----- The data -----

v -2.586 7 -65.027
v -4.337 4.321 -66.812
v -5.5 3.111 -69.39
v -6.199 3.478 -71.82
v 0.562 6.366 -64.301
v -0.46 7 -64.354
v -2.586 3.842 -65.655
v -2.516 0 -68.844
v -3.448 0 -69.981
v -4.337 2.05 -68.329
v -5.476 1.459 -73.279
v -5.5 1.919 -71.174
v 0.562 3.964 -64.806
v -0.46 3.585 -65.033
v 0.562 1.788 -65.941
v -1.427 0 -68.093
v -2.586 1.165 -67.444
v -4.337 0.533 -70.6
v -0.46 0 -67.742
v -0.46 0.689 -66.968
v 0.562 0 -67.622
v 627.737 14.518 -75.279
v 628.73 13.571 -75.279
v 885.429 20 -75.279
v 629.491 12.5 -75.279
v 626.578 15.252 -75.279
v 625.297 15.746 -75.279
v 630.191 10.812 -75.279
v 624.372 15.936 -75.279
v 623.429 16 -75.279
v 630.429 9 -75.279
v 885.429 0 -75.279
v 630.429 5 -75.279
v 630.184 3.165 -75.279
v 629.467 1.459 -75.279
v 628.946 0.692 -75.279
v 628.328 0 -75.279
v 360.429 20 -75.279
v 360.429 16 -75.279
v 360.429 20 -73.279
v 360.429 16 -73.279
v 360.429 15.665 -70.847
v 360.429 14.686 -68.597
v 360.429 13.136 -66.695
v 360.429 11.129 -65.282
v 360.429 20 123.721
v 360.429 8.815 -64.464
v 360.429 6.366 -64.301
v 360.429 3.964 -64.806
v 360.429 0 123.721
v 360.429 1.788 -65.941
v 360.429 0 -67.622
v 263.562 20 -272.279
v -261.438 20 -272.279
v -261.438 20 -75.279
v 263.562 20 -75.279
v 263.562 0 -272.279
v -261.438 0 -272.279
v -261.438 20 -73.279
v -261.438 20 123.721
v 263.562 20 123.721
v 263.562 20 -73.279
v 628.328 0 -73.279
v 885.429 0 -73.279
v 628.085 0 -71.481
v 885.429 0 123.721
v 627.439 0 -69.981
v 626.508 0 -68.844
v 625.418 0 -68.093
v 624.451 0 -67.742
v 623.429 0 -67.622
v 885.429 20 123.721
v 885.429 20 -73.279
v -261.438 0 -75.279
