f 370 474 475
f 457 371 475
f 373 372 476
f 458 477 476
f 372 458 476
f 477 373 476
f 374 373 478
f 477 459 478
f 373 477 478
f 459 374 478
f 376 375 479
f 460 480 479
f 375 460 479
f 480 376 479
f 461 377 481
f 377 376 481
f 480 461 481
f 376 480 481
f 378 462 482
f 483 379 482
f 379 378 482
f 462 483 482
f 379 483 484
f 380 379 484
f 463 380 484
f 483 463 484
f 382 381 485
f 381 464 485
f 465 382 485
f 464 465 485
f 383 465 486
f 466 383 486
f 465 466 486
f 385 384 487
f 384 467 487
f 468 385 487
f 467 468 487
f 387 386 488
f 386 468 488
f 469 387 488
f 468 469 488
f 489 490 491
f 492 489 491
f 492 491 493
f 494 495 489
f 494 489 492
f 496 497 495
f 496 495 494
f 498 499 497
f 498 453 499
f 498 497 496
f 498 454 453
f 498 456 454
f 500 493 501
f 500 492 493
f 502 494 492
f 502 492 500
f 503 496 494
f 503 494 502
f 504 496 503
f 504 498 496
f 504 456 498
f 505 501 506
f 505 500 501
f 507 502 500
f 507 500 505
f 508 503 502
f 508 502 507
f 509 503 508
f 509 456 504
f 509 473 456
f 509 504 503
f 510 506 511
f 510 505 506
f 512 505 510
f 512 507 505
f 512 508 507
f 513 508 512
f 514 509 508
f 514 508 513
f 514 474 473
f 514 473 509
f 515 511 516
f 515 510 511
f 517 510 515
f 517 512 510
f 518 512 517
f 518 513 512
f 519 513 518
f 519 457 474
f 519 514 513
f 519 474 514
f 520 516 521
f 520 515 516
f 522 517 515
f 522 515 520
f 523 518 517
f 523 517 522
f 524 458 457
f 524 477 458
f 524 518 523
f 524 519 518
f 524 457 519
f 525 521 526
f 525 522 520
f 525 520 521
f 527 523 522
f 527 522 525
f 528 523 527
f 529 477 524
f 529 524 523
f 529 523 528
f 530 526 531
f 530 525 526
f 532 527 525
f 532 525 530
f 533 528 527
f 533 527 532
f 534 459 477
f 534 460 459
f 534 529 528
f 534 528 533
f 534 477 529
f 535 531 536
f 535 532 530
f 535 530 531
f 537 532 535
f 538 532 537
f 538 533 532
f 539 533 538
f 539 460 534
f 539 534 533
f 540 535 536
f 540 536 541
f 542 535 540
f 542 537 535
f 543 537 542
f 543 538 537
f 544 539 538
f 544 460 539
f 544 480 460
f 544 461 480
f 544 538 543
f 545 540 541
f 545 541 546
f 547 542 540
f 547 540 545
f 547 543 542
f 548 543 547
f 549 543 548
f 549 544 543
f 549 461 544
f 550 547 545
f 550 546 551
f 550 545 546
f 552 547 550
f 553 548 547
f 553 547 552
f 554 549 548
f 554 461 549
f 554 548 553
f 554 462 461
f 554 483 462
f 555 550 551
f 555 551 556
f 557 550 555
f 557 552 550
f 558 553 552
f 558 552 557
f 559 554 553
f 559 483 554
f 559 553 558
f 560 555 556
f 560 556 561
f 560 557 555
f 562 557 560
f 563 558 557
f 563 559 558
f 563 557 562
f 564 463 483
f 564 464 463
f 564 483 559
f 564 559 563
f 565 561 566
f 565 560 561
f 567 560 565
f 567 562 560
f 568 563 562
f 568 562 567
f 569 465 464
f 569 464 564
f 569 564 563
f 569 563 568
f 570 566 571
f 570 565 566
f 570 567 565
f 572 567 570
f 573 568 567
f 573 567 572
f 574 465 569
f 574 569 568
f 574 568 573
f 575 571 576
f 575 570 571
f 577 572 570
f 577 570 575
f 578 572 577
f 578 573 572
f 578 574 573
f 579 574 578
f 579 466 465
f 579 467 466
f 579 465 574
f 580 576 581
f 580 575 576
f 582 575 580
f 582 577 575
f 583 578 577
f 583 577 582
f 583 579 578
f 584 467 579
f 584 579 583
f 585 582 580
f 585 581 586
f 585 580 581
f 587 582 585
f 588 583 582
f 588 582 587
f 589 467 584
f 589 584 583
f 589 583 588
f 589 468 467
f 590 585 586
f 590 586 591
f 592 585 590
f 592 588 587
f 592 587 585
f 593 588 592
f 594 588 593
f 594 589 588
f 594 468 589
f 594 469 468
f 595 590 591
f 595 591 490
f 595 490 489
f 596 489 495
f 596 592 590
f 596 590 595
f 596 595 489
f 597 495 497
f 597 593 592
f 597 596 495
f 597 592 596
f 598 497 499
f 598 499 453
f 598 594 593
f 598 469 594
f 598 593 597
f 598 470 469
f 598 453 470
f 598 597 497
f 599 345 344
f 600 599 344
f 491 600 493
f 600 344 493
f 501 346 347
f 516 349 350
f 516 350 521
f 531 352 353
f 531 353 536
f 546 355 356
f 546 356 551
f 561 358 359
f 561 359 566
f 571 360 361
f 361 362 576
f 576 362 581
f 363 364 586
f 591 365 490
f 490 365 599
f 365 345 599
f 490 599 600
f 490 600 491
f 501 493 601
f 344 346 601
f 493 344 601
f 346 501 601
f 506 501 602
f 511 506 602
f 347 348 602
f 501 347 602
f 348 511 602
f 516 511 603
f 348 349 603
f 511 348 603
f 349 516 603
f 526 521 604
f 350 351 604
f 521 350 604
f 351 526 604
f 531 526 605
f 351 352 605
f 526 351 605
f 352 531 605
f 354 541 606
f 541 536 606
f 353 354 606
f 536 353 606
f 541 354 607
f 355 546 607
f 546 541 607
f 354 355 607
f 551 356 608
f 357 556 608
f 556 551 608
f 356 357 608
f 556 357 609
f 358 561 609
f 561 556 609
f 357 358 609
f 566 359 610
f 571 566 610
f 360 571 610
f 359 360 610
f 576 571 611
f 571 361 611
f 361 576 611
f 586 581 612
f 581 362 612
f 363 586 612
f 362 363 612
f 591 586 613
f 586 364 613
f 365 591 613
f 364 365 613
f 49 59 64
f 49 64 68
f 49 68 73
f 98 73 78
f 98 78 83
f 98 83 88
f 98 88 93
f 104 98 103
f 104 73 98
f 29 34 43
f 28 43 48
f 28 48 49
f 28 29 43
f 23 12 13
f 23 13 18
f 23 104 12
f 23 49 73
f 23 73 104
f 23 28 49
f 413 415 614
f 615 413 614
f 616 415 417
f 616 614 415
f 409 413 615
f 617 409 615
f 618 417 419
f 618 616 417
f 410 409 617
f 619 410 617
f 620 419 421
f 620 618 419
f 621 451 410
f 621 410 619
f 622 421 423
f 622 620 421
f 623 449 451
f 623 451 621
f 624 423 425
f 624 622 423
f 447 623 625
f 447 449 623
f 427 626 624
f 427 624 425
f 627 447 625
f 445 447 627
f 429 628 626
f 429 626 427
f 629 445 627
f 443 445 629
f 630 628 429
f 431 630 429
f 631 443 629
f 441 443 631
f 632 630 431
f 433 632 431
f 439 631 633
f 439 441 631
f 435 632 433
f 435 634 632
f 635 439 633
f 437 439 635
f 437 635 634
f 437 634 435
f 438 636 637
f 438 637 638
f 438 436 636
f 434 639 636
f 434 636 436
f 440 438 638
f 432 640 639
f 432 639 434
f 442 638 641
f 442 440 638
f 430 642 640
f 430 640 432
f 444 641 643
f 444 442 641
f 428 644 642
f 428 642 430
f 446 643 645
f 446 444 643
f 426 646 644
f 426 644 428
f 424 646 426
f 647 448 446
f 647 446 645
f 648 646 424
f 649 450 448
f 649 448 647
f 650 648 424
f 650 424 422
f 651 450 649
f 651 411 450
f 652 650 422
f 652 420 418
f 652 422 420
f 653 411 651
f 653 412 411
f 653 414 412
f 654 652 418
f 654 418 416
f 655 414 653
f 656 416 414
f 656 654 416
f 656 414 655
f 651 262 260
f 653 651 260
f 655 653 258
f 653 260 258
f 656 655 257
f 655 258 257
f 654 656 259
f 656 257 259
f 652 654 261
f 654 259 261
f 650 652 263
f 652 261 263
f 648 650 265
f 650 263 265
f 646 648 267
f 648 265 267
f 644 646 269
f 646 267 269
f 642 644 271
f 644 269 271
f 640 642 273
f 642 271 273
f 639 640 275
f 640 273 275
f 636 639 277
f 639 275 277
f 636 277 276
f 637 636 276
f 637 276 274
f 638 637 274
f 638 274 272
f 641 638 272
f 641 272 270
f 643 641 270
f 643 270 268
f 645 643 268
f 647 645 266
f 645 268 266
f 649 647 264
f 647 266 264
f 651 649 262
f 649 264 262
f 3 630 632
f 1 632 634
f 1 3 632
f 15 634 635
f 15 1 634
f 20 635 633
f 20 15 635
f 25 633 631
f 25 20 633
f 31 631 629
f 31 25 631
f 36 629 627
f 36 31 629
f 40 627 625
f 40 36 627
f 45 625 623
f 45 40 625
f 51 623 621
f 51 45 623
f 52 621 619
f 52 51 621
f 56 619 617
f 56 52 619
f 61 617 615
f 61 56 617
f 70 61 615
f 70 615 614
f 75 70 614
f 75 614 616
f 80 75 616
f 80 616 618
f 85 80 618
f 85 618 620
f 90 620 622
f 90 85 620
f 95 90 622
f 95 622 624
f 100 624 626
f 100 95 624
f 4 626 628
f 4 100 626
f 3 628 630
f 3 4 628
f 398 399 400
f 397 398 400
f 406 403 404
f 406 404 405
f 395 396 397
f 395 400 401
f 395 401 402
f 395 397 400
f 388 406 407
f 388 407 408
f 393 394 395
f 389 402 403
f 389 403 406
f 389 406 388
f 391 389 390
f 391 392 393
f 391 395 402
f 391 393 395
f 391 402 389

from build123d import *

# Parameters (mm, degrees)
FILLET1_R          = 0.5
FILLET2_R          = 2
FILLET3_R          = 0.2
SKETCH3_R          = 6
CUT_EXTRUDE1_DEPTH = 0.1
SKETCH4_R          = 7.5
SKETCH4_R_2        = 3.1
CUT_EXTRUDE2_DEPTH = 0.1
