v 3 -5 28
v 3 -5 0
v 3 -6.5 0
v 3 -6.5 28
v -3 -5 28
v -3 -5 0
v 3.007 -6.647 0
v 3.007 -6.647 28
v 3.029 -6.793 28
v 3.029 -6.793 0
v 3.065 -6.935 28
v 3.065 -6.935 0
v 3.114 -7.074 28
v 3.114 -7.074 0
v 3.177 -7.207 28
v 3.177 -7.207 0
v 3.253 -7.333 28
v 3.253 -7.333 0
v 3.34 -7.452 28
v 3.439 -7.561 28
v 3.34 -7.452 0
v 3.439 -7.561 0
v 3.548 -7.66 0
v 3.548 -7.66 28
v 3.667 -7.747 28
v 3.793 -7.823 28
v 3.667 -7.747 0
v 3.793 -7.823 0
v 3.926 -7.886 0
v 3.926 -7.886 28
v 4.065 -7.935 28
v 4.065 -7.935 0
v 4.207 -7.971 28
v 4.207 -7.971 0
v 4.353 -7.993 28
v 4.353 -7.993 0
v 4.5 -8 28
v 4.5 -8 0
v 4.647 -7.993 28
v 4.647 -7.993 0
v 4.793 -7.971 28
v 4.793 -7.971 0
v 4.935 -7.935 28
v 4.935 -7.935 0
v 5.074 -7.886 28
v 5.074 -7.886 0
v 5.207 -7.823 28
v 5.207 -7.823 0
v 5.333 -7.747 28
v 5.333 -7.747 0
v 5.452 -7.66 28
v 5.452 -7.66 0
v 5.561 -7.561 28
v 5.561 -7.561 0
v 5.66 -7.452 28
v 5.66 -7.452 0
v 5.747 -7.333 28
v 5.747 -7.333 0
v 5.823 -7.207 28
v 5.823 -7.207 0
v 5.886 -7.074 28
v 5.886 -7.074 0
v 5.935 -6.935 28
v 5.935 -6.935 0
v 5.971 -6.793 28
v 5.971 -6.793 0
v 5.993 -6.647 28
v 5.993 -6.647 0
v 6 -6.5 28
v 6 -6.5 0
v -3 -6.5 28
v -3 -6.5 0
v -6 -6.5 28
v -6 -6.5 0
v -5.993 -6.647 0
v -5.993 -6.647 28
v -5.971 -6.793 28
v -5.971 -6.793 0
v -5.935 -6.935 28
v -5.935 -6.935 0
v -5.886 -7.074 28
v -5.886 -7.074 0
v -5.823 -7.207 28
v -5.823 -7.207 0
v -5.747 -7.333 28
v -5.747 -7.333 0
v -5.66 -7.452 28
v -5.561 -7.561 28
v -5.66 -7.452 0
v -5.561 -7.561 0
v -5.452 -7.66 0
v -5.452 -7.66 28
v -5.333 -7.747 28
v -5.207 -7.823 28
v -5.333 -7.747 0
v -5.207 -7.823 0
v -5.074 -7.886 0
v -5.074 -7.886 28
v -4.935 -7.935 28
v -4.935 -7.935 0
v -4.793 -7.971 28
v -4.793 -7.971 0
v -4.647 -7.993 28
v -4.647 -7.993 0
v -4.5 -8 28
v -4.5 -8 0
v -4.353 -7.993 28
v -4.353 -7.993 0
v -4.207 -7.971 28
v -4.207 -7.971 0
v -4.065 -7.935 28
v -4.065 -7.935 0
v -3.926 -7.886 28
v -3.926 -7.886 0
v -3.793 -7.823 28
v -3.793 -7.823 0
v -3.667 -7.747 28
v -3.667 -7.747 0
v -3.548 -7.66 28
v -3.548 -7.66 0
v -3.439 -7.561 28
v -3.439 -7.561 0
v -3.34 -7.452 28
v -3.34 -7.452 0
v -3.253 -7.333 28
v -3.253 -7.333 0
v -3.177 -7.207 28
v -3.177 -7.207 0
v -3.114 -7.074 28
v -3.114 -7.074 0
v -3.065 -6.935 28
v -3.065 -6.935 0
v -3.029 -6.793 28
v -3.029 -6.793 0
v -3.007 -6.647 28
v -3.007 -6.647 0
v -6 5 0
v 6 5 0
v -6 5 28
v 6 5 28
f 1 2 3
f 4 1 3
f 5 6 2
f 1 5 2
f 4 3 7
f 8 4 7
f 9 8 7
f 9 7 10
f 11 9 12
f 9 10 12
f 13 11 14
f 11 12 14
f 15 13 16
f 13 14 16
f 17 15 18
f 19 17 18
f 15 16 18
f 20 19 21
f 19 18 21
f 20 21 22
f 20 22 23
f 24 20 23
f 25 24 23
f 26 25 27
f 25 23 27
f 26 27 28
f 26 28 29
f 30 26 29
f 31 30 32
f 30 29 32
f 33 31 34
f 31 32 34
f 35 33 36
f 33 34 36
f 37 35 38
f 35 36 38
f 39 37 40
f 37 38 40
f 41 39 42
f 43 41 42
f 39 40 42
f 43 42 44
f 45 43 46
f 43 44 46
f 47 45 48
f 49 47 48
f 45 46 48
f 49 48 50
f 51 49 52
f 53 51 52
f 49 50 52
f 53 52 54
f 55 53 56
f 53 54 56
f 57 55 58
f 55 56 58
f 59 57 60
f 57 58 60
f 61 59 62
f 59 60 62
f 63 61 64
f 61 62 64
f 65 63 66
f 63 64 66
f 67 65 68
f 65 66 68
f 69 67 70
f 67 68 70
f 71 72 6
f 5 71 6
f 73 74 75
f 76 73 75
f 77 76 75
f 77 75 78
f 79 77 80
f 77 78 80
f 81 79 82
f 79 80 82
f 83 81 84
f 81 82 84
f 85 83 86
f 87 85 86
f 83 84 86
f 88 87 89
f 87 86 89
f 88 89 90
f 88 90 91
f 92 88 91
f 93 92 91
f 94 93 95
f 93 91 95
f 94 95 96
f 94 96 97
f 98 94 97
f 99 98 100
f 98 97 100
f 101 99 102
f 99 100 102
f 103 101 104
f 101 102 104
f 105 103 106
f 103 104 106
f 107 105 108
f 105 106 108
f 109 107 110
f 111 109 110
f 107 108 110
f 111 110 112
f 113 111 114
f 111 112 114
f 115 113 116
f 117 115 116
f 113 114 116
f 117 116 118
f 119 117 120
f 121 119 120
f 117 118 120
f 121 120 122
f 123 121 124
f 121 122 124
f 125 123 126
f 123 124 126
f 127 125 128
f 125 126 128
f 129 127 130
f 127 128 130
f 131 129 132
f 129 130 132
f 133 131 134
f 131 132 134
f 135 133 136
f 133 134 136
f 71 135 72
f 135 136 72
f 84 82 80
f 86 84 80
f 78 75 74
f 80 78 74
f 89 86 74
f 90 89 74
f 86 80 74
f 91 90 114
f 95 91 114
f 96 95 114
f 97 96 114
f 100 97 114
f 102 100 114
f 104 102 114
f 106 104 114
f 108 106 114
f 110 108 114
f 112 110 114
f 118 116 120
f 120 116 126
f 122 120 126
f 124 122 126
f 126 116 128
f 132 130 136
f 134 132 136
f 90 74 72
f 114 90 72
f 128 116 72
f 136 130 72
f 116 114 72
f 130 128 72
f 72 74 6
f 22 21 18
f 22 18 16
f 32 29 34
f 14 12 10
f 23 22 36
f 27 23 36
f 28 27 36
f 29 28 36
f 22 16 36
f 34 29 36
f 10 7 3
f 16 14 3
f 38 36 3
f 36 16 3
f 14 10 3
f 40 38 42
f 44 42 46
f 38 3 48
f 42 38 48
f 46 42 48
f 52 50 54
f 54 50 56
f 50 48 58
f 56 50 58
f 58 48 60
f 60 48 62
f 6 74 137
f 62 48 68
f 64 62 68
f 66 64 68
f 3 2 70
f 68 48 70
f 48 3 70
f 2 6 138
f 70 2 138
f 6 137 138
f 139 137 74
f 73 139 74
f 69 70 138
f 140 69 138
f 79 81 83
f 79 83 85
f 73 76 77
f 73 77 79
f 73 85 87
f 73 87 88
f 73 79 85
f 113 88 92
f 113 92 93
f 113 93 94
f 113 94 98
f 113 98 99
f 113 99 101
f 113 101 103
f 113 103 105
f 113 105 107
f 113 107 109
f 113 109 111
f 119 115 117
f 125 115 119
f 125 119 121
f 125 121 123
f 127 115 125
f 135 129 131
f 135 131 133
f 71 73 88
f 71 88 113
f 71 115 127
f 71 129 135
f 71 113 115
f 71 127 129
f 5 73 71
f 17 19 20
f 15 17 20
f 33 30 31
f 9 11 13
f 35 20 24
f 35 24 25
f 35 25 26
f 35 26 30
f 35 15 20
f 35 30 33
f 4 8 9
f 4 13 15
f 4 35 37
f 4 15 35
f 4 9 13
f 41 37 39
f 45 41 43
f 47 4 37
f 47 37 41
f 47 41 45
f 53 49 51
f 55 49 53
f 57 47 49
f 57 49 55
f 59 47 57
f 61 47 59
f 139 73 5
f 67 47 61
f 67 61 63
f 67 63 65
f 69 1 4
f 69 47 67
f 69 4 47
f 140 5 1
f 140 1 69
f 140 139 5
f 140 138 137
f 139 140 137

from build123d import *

# Parameters (mm, degrees)
BOSS_EXTRUDE1_DEPTH = 28


with BuildPart() as part:
    # Sketch1 → Boss-Extrude1 (new body)
    with BuildSketch(Plane.XY):
        with BuildLine():
            Line((-3, -5), (3, -5))
            Line((3, -5), (3, -6.5))
            ThreePointArc((3, -6.5), (4.5, -8), (6, -6.5))
            Line((6, -6.5), (6, -5))
            Line((6, -5), (6, 5))
            Line((6, 5), (-6, 5))
            Line((-6, 5), (-6, -5))
            Line((-6, -5), (-6, -6.5))
            ThreePointArc((-6, -6.5), (-4.5, -8), (-3, -6.5))
            Line((-3, -6.5), (-3, -5))
        make_face()
    extrude(amount=BOSS_EXTRUDE1_DEPTH)


solid = part.part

-----

What to produce
Would you retype the lines above from the one with "f 653 411 651" down to the one with "f 648 265 267", word for word, both ends included and no other lines?

Response to the task
f 653 411 651
f 653 412 411
f 653 414 412
f 654 652 418
f 654 418 416
f 655 414 653
f 656 416 414
f 656 654 416
f 656 414 655
f 651 262 260
f 653 651 260
f 655 653 258
f 653 260 258
f 656 655 257
f 655 258 257
f 654 656 259
f 656 257 259
f 652 654 261
f 654 259 261
f 650 652 263
f 652 261 263
f 648 650 265
f 650 263 265
f 646 648 267
f 648 265 267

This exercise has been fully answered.